No matter which manufacturer it was, the shop is the point man. On such a new bike they should have you back on the road without any cost to you IMO.


----------



## jamesdak (Aug 22, 2010)

Well, I've finally got the bike from the shop today. Unfortunately winter is going strong here now and I'm not about to expose it to all the crap on the roads now. Got it sitting in the living room right now with my LeMond Zurich and there really is quite a difference in the geometry of the two bikes. It will be months before I find out how it really goes though. It's time for my mountain bike and studded tires right now.

Oh, and while I have not weighed the bike it does not feel that much lighter than my steel bikes. I think the stock Trek wheel set is quite heavy.


----------



## jamesdak (Aug 22, 2010)

Just thought I'd provide an update on this situation. Still have not ridden the bike due to the winter road conditions. But I did give it as thorough of a going over as I could with my limited knowledge. Noticed a clicking in the rear cassette, poor shifting, something was catching and moving the jockey wheel assembly, and the cable housing coming out of the rear of the frame going to the RD would move slightly as I shifted the RD. 

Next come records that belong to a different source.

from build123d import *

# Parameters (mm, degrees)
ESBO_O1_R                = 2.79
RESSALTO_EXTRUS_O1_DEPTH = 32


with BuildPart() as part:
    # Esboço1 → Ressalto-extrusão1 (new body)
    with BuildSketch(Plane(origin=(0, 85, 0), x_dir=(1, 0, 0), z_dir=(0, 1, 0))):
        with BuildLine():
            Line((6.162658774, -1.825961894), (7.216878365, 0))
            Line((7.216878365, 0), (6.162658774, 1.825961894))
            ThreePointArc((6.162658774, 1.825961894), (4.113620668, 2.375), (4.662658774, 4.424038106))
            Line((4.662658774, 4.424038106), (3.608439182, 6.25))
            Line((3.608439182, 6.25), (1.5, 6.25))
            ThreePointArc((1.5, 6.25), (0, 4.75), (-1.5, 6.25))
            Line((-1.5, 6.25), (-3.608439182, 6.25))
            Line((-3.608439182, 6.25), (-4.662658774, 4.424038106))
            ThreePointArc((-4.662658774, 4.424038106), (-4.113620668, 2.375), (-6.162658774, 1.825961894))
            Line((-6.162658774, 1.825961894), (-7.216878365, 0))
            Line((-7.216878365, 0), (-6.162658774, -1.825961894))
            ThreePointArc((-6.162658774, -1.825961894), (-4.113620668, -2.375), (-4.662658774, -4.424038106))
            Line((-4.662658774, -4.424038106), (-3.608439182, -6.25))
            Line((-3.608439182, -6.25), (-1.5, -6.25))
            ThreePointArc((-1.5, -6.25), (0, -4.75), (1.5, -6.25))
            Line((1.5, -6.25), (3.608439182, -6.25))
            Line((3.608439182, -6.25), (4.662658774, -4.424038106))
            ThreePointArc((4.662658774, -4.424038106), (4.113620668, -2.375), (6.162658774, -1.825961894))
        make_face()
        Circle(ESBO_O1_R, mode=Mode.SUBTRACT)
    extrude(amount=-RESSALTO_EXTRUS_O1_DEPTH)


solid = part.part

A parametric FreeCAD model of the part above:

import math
import FreeCAD as App
import Part
import Sketcher
from FreeCAD import Vector
Q = App.Units.Quantity

doc = App.newDocument("Part")
params = doc.addObject("Spreadsheet::Sheet", "Params")
for row, (alias, value) in enumerate([
    ("sketch1_radius", "1.5 mm"),
    ("sketch1_diameter", "5.58 mm"),
    ("pad1_length", "32 mm"),
], start=1):
    params.set(f"A{row}", alias)
    params.set(f"B{row}", "=" + value)
    params.setAlias(f"B{row}", alias)

body = doc.addObject("PartDesign::Body", "Body")

# Sketch on XZ plane
sketch1 = body.newObject("Sketcher::SketchObject", "Sketch")
sketch1.AttachmentSupport = (doc.getObject("XZ_Plane"), [""])
sketch1.MapMode = "FlatFace"
sketch1.AttachmentOffset = App.Placement(Vector(0, 0, -85), App.Rotation())
sketch1.addGeometry(Part.LineSegment(Vector(6.2, 1.8, 0), Vector(7.2, 0, 0)), False)
sketch1.addGeometry(Part.LineSegment(Vector(7.2, 0, 0), Vector(6.2, -1.8, 0)), False)
sketch1.addGeometry(Part.ArcOfCircle(Part.Circle(Vector(5.4, -3.1, 0), Vector(0, 0, 1), 1.5), math.radians(60), math.radians(240)), False)
sketch1.addGeometry(Part.LineSegment(Vector(4.7, -4.4, 0), Vector(3.6, -6.2, 0)), False)
sketch1.addGeometry(Part.LineSegment(Vector(3.6, -6.2, 0), Vector(1.5, -6.2, 0)), False)
sketch1.addGeometry(Part.ArcOfCircle(Part.Circle(Vector(0, -6.2, 0), Vector(0, 0, 1), 1.5), math.radians(0), math.radians(180)), False)
sketch1.addGeometry(Part.LineSegment(Vector(-1.5, -6.2, 0), Vector(-3.6, -6.2, 0)), False)
sketch1.addGeometry(Part.LineSegment(Vector(-3.6, -6.2, 0), Vector(-4.7, -4.4, 0)), False)
sketch1.addGeometry(Part.ArcOfCircle(Part.Circle(Vector(-5.4, -3.1, 0), Vector(0, 0, 1), 1.5), math.radians(-60), math.radians(120)), False)
sketch1.addGeometry(Part.LineSegment(Vector(-6.2, -1.8, 0), Vector(-7.2, 0, 0)), False)
sketch1.addGeometry(Part.LineSegment(Vector(-7.2, 0, 0), Vector(-6.2, 1.8, 0)), False)
sketch1.addGeometry(Part.ArcOfCircle(Part.Circle(Vector(-5.4, 3.1, 0), Vector(0, 0, 1), 1.5), math.radians(-120), math.radians(60)), False)
sketch1.addGeometry(Part.LineSegment(Vector(-4.7, 4.4, 0), Vector(-3.6, 6.2, 0)), False)
sketch1.addGeometry(Part.LineSegment(Vector(-3.6, 6.2, 0), Vector(-1.5, 6.2, 0)), False)
sketch1.addGeometry(Part.ArcOfCircle(Part.Circle(Vector(0, 6.2, 0), Vector(0, 0, 1), 1.5), math.radians(180), math.radians(360)), False)
sketch1.addGeometry(Part.LineSegment(Vector(1.5, 6.2, 0), Vector(3.6, 6.2, 0)), False)
sketch1.addGeometry(Part.LineSegment(Vector(3.6, 6.2, 0), Vector(4.7, 4.4, 0)), False)
sketch1.addGeometry(Part.ArcOfCircle(Part.Circle(Vector(5.4, 3.1, 0), Vector(0, 0, 1), 1.5), math.radians(120), math.radians(300)), False)
sketch1.addGeometry(Part.Circle(Vector(0, 0, 0), Vector(0, 0, 1), 2.8), False)
sketch1.addConstraint(Sketcher.Constraint("Coincident", 0, 2, 1, 1))
sketch1.addConstraint(Sketcher.Constraint("Coincident", 1, 2, 2, 1))
sketch1.addConstraint(Sketcher.Constraint("Coincident", 2, 2, 3, 1))
sketch1.addConstraint(Sketcher.Constraint("Coincident", 3, 2, 4, 1))
sketch1.addConstraint(Sketcher.Constraint("Coincident", 4, 2, 5, 1))
sketch1.addConstraint(Sketcher.Constraint("Coincident", 5, 2, 6, 1))
sketch1.addConstraint(Sketcher.Constraint("Coincident", 6, 2, 7, 1))
sketch1.addConstraint(Sketcher.Constraint("Coincident", 7, 2, 8, 1))
sketch1.addConstraint(Sketcher.Constraint("Coincident", 8, 2, 9, 1))
sketch1.addConstraint(Sketcher.Constraint("Coincident", 9, 2, 10, 1))
sketch1.addConstraint(Sketcher.Constraint("Coincident", 10, 2, 11, 1))
sketch1.addConstraint(Sketcher.Constraint("Coincident", 11, 2, 12, 1))
sketch1.addConstraint(Sketcher.Constraint("Coincident", 12, 2, 13, 1))
sketch1.addConstraint(Sketcher.Constraint("Coincident", 13, 2, 14, 1))
sketch1.addConstraint(Sketcher.Constraint("Coincident", 14, 2, 15, 1))
sketch1.addConstraint(Sketcher.Constraint("Coincident", 15, 2, 16, 1))
sketch1.addConstraint(Sketcher.Constraint("Coincident", 16, 2, 17, 1))
sketch1.addConstraint(Sketcher.Constraint("Coincident", 17, 2, 0, 1))
sketch1.addConstraint(Sketcher.Constraint("Horizontal", 4))
sketch1.addConstraint(Sketcher.Constraint("Horizontal", 6))
sketch1.addConstraint(Sketcher.Constraint("Horizontal", 13))
sketch1.addConstraint(Sketcher.Constraint("Horizontal", 15))
sketch1.addConstraint(Sketcher.Constraint("Coincident", 18, 3, -1, 1))
sketch1.addConstraint(Sketcher.Constraint("Equal", 2, 5))
sketch1.addConstraint(Sketcher.Constraint("Equal", 5, 8))
sketch1.addConstraint(Sketcher.Constraint("Equal", 8, 11))
sketch1.addConstraint(Sketcher.Constraint("Equal", 11, 14))
sketch1.addConstraint(Sketcher.Constraint("Equal", 14, 17))
sketch1.addConstraint(Sketcher.Constraint("Symmetric", 2, 3, 11, 3, -1, 1))
sketch1.addConstraint(Sketcher.Constraint("Symmetric", 5, 3, 14, 3, -1, 1))
sketch1.addConstraint(Sketcher.Constraint("Symmetric", 8, 3, 17, 3, -1, 1))
sketch1.addConstraint(Sketcher.Constraint("Symmetric", 0, 2, 9, 2, -1, 1))
sketch1.addConstraint(Sketcher.Constraint("Symmetric", 3, 2, 12, 2, -1, 1))
sketch1.addConstraint(Sketcher.Constraint("Symmetric", 6, 2, 15, 2, -1, 1))
sketch1.addConstraint(Sketcher.Constraint("Symmetric", 2, 3, 8, 3, -2))
sketch1.addConstraint(Sketcher.Constraint("Symmetric", 4, 2, 5, 2, -2))
sketch1.addConstraint(Sketcher.Constraint("PointOnObject", 0, 2, -1))
sketch1.addConstraint(Sketcher.Constraint("Parallel", 1, 3))
sketch1.addConstraint(Sketcher.Constraint("Parallel", 0, 7))
sketch1.addConstraint(Sketcher.Constraint("Parallel", 7, 9))
sketch1.addConstraint(Sketcher.Constraint("Parallel", 3, 10))
sketch1.addConstraint(Sketcher.Constraint("Parallel", 10, 12))
sketch1.addConstraint(Sketcher.Constraint("Parallel", 9, 16))
sketch1.addConstraint(Sketcher.Constraint("Horizontal", 5, 3, 3, 2))
sketch1.addConstraint(Sketcher.Constraint("Horizontal", 2, 2, 7, 2))
sketch1.addConstraint(Sketcher.Constraint("Horizontal", 1, 2, 8, 2))
sketch1.addConstraint(Sketcher.Constraint("Equal", 1, 3))
sketch1.addConstraint(Sketcher.Constraint("Radius", 2, 1.5))
sketch1.addConstraint(Sketcher.Constraint("Diameter", 18, 5.58))
sketch1.addConstraint(Sketcher.Constraint("Angle", 0, Q("-60 deg")))
sketch1.addConstraint(Sketcher.Constraint("DistanceY", 5, 3, 14, 3, 12.5))
sketch1.addConstraint(Sketcher.Constraint("DistanceX", 2, 2, 1, 2, 1.5))
sketch1.addConstraint(Sketcher.Constraint("DistanceY", 8, 3, 11, 3, 6.25))
sketch1.addConstraint(Sketcher.Constraint("DistanceX", 4, 2, 4, 1, 2.108439))
sketch1.setExpression("Constraints[47]", "Params.sketch1_radius")
sketch1.setExpression("Constraints[48]", "Params.sketch1_diameter")
pad1 = body.newObject("PartDesign::Pad", "Pad")
pad1.Profile = sketch1
pad1.setExpression("Length", "Params.pad1_length")

doc.recompute()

So I took it to another Trek dealer and had them go over the bike. They found several things wrong. First were damaged pins on the chain causing stiff links, the RD hanger was bent, wrong fittings were the cables into the frame, and the cable housing on the back used brake housing and was binding as you tried to shift. 

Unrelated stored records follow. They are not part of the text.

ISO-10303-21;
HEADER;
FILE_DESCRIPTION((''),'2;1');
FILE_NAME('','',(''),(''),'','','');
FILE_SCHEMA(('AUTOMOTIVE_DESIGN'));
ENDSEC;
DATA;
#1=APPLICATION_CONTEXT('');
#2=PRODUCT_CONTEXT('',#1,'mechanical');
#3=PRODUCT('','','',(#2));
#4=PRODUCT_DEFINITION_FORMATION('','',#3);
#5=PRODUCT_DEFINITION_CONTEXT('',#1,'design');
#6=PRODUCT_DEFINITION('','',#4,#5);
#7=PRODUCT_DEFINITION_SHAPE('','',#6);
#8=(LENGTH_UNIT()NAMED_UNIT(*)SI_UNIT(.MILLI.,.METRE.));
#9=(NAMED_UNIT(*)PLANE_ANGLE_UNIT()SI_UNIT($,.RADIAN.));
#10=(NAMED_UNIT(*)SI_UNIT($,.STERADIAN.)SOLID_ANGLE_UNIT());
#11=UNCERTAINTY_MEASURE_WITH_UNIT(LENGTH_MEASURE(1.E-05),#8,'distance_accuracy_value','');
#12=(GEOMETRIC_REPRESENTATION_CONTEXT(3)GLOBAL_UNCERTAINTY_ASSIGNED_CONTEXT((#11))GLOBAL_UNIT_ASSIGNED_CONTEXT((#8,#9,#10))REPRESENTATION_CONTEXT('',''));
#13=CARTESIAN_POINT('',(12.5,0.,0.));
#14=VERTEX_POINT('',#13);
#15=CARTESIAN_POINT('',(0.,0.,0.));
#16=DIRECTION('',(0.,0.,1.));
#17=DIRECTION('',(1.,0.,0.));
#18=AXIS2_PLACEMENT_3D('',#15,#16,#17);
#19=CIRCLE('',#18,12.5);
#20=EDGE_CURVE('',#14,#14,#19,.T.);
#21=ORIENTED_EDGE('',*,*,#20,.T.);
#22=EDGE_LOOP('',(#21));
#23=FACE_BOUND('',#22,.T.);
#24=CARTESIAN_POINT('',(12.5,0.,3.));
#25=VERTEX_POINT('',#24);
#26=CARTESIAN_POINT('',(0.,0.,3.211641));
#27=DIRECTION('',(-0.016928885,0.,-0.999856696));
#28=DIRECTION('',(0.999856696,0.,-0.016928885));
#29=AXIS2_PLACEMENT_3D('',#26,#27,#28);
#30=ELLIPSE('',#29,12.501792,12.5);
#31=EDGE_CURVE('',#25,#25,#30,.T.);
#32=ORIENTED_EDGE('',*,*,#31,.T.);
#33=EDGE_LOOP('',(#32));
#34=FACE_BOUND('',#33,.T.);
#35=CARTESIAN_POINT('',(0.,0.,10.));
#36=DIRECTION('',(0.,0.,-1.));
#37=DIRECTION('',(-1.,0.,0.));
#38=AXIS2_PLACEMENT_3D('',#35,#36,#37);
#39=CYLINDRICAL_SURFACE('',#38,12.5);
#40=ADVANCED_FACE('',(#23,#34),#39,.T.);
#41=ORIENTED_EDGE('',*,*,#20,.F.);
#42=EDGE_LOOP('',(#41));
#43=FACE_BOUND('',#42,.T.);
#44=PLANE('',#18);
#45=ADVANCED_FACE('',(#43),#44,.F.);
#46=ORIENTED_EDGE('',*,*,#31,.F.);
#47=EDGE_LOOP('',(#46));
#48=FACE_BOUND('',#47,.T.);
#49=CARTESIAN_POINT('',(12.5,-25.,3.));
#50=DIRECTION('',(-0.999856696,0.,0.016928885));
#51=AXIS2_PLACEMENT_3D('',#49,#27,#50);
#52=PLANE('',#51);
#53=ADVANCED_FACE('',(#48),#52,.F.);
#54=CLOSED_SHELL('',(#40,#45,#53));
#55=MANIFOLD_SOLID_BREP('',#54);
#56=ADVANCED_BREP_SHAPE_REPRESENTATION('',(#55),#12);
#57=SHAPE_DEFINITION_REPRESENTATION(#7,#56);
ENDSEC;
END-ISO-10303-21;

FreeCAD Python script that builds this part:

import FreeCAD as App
import Part
import Sketcher
from FreeCAD import Vector
Q = App.Units.Quantity

doc = App.newDocument("Part")
body = doc.addObject("PartDesign::Body", "Body")

# Sketch on XY plane
sketch1 = body.newObject("Sketcher::SketchObject", "Sketch")
sketch1.AttachmentSupport = (doc.getObject("XY_Plane"), [""])
sketch1.MapMode = "FlatFace"
sketch1.addGeometry(Part.Circle(Vector(0, 0, 0), Vector(0, 0, 1), 12), False)
sketch1.addConstraint(Sketcher.Constraint("Coincident", 0, 3, -1, 1))
sketch1.addConstraint(Sketcher.Constraint("Diameter", 0, 25.0))
pad1 = body.newObject("PartDesign::Pad", "Pad")
pad1.Profile = sketch1
pad1.Length = 10

# Sketch on XZ plane
sketch2 = body.newObject("Sketcher::SketchObject", "Sketch001")
sketch2.AttachmentSupport = (doc.getObject("XZ_Plane"), [""])
sketch2.MapMode = "FlatFace"
sketch2.addGeometry(Part.LineSegment(Vector(12, 3, 0), Vector(-17, 3, 0)), False)
sketch2.addGeometry(Part.LineSegment(Vector(-17, 3, 0), Vector(-17, 14, 0)), False)
sketch2.addGeometry(Part.LineSegment(Vector(-17, 14, 0), Vector(18, 14, 0)), False)
sketch2.addGeometry(Part.LineSegment(Vector(18, 14, 0), Vector(18, 3, 0)), False)
sketch2.addGeometry(Part.LineSegment(Vector(18, 3, 0), Vector(12, 3, 0)), False)
sketch2.addConstraint(Sketcher.Constraint("Coincident", 0, 2, 1, 1))
sketch2.addConstraint(Sketcher.Constraint("Coincident", 1, 2, 2, 1))
sketch2.addConstraint(Sketcher.Constraint("Coincident", 2, 2, 3, 1))
sketch2.addConstraint(Sketcher.Constraint("Coincident", 3, 2, 4, 1))
sketch2.addConstraint(Sketcher.Constraint("Coincident", 4, 2, 0, 1))
sketch2.addConstraint(Sketcher.Constraint("Vertical", 1))
sketch2.addConstraint(Sketcher.Constraint("Horizontal", 2))
sketch2.addConstraint(Sketcher.Constraint("Vertical", 3))
sketch2.addConstraint(Sketcher.Constraint("Horizontal", 4))
sketch2.addConstraint(Sketcher.Constraint("DistanceY", -1, 1, 3, 2, 3.0))
sketch2.addConstraint(Sketcher.Constraint("DistanceX", -1, 1, 4, 2, 12.5))
sketch2.addConstraint(Sketcher.Constraint("Angle", 0, Q("179.03 deg")))
sketch2.addConstraint(Sketcher.Constraint("DistanceX", 2, 1, 2, 2, 34.408831))
sketch2.addConstraint(Sketcher.Constraint("DistanceX", 4, 2, 4, 1, 5.270862))
sketch2.addConstraint(Sketcher.Constraint("DistanceY", 1, 1, 1, 2, 10.937833))
pocket1 = body.newObject("PartDesign::Pocket", "Pocket")
pocket1.Profile = sketch2
pocket1.Length = 50
pocket1.Midplane = True

doc.recompute()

More and more I think my problems all originate with one bad mechanic and Kudos to Trek for coming through for me with the replacement frame. 

Hoping for dry conditions this weekend so that I can take it out for a spin. 

Oh, and I'm going to talk to the owner of the LBS that originally put the bike together about what was found. Needless to say though, they won't be getting any business of mine anytime soon.

On another note. The same time this shop was rebuilding this bike I also dropped a wheel off with them to get a broken spoke replaced. Took them over a month and they used a black spoke on an otherwise stainless wheel and the spoke they used was too short. Oh and this cost around $10. The LBS that went over the Madone for me also swapped that black spoke out while I waited and charged me nothing. The mechanic thought it was something I slapped on there, not the work of another mechanic.


----------



## bordercolliesam (Apr 20, 2010)

Although im a bit late reading this thread, I think its absolutely terrible what's happened here, if i were you I would inform trek of what the 2nd bike shop reported about the first, otherwise who knows what Rae might happen down the road and trek might not be as generous of offering a new frame.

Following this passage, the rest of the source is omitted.